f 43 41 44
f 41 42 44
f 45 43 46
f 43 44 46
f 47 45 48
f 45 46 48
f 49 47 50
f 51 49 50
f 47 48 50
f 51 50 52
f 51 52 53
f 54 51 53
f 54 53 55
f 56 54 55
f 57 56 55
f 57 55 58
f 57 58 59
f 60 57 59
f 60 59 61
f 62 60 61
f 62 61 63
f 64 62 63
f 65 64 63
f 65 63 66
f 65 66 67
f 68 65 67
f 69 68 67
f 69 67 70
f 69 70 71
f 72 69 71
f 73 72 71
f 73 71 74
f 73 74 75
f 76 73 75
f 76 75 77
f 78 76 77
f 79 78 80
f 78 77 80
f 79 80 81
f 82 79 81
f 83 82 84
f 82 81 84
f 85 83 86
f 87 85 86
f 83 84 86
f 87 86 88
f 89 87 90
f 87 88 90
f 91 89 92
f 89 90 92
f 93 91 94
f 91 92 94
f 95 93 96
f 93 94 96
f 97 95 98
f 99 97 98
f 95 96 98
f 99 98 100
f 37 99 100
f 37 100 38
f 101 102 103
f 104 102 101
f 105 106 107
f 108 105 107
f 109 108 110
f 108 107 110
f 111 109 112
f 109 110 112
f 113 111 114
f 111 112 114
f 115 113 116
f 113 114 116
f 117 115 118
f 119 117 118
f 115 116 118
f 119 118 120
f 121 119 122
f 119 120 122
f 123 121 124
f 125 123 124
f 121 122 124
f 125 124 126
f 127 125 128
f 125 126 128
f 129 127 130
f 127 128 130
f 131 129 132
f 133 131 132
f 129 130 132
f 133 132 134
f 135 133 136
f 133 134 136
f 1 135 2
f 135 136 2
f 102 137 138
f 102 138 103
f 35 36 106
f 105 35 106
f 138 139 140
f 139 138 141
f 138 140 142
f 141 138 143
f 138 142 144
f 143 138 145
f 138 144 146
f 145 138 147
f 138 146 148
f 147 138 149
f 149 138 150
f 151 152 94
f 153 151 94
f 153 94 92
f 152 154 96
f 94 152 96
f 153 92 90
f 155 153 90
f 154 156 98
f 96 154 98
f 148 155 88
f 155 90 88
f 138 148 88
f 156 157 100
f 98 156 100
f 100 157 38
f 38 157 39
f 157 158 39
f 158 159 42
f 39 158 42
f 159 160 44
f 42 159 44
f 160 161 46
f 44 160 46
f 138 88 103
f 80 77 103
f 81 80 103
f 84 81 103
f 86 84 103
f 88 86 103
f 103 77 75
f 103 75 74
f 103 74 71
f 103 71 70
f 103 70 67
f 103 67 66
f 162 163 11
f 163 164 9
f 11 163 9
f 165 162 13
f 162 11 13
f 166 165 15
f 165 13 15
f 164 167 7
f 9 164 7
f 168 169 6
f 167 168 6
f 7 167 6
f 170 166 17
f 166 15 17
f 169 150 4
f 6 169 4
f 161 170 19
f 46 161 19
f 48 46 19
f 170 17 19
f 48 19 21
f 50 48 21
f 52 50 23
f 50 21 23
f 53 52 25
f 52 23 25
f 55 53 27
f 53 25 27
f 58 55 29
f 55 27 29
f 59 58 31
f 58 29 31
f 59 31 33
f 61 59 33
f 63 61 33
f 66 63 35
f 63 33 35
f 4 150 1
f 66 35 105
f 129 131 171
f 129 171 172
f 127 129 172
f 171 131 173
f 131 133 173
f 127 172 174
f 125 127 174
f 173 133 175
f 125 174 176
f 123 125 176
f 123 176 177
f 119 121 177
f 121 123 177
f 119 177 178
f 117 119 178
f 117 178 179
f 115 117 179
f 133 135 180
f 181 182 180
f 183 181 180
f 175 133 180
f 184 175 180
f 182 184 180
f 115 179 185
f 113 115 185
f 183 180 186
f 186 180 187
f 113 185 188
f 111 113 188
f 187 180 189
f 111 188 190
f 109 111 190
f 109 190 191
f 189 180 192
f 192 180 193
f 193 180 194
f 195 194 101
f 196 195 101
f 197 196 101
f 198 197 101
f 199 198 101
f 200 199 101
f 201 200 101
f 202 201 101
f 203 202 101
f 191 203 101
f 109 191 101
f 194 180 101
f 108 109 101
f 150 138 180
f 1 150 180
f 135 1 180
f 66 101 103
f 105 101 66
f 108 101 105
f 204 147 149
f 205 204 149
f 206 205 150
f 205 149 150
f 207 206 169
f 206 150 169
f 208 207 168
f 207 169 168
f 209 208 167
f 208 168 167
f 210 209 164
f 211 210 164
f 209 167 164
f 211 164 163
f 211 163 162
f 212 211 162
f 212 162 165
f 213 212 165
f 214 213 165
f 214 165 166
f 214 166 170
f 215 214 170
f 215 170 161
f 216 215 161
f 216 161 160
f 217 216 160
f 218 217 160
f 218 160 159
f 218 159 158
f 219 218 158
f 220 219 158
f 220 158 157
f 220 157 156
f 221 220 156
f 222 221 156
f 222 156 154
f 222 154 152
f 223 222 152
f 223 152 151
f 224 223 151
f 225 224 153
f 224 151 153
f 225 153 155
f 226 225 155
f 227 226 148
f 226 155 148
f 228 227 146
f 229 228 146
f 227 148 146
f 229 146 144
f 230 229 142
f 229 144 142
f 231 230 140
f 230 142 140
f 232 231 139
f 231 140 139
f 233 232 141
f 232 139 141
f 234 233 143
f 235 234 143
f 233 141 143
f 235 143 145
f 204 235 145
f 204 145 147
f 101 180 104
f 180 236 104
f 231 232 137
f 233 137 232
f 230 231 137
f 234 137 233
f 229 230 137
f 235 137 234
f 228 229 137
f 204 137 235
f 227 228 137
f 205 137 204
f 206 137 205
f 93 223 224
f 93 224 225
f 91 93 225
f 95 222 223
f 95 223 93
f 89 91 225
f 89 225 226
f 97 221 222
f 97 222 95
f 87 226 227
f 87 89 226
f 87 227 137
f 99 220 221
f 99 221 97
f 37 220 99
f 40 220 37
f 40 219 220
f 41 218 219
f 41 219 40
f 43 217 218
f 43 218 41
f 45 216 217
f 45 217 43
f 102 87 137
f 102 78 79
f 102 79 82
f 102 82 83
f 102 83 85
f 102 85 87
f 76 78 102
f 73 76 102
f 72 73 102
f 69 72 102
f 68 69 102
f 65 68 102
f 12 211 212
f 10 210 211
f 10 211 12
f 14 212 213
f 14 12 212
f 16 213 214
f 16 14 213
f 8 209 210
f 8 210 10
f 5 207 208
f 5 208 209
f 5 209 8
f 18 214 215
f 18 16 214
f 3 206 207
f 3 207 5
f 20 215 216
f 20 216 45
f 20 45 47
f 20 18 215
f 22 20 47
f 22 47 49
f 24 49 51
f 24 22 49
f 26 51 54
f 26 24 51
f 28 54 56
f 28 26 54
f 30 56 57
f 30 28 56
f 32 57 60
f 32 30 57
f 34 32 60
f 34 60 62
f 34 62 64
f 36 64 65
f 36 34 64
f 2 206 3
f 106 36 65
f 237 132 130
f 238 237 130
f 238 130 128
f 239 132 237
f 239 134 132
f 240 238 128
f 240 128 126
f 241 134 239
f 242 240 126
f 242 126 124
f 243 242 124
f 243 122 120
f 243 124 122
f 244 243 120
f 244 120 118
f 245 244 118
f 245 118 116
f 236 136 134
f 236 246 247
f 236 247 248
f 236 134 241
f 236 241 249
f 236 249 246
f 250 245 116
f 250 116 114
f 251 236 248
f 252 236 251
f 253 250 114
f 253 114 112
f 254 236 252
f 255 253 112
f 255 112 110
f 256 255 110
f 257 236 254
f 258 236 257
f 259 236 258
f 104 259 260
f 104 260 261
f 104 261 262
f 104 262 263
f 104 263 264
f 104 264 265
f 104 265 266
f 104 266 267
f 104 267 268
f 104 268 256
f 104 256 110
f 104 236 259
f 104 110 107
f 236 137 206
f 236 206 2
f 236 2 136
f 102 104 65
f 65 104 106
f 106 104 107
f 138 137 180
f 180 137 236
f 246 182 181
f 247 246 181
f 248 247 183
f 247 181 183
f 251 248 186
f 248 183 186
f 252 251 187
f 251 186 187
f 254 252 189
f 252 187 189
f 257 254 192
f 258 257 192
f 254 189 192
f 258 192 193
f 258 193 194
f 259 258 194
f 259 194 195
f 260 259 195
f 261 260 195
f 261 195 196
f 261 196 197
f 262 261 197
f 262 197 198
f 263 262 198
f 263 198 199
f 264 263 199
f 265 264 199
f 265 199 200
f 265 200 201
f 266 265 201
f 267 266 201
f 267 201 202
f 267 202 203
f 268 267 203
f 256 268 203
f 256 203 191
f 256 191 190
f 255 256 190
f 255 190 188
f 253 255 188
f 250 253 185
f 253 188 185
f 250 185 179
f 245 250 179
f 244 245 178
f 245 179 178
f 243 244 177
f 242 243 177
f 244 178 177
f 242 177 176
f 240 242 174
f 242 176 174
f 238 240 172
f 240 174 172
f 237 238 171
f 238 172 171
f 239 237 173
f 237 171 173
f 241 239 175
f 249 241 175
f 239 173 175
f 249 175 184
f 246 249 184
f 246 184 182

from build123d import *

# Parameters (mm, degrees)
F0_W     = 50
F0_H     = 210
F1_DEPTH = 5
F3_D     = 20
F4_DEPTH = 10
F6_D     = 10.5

• • •

Up to and including the line with "f 162 163 11", print every line of the records from the start.

f 43 41 44
f 41 42 44
f 45 43 46
f 43 44 46
f 47 45 48
f 45 46 48
f 49 47 50
f 51 49 50
f 47 48 50
f 51 50 52
f 51 52 53
f 54 51 53
f 54 53 55
f 56 54 55
f 57 56 55
f 57 55 58
f 57 58 59
f 60 57 59
f 60 59 61
f 62 60 61
f 62 61 63
f 64 62 63
f 65 64 63
f 65 63 66
f 65 66 67
f 68 65 67
f 69 68 67
f 69 67 70
f 69 70 71
f 72 69 71
f 73 72 71
f 73 71 74
f 73 74 75
f 76 73 75
f 76 75 77
f 78 76 77
f 79 78 80
f 78 77 80
f 79 80 81
f 82 79 81
f 83 82 84
f 82 81 84
f 85 83 86
f 87 85 86
f 83 84 86
f 87 86 88
f 89 87 90
f 87 88 90
f 91 89 92
f 89 90 92
f 93 91 94
f 91 92 94
f 95 93 96
f 93 94 96
f 97 95 98
f 99 97 98
f 95 96 98
f 99 98 100
f 37 99 100
f 37 100 38
f 101 102 103
f 104 102 101
f 105 106 107
f 108 105 107
f 109 108 110
f 108 107 110
f 111 109 112
f 109 110 112
f 113 111 114
f 111 112 114
f 115 113 116
f 113 114 116
f 117 115 118
f 119 117 118
f 115 116 118
f 119 118 120
f 121 119 122
f 119 120 122
f 123 121 124
f 125 123 124
f 121 122 124
f 125 124 126
f 127 125 128
f 125 126 128
f 129 127 130
f 127 128 130
f 131 129 132
f 133 131 132
f 129 130 132
f 133 132 134
f 135 133 136
f 133 134 136
f 1 135 2
f 135 136 2
f 102 137 138
f 102 138 103
f 35 36 106
f 105 35 106
f 138 139 140
f 139 138 141
f 138 140 142
f 141 138 143
f 138 142 144
f 143 138 145
f 138 144 146
f 145 138 147
f 138 146 148
f 147 138 149
f 149 138 150
f 151 152 94
f 153 151 94
f 153 94 92
f 152 154 96
f 94 152 96
f 153 92 90
f 155 153 90
f 154 156 98
f 96 154 98
f 148 155 88
f 155 90 88
f 138 148 88
f 156 157 100
f 98 156 100
f 100 157 38
f 38 157 39
f 157 158 39
f 158 159 42
f 39 158 42
f 159 160 44
f 42 159 44
f 160 161 46
f 44 160 46
f 138 88 103
f 80 77 103
f 81 80 103
f 84 81 103
f 86 84 103
f 88 86 103
f 103 77 75
f 103 75 74
f 103 74 71
f 103 71 70
f 103 70 67
f 103 67 66
f 162 163 11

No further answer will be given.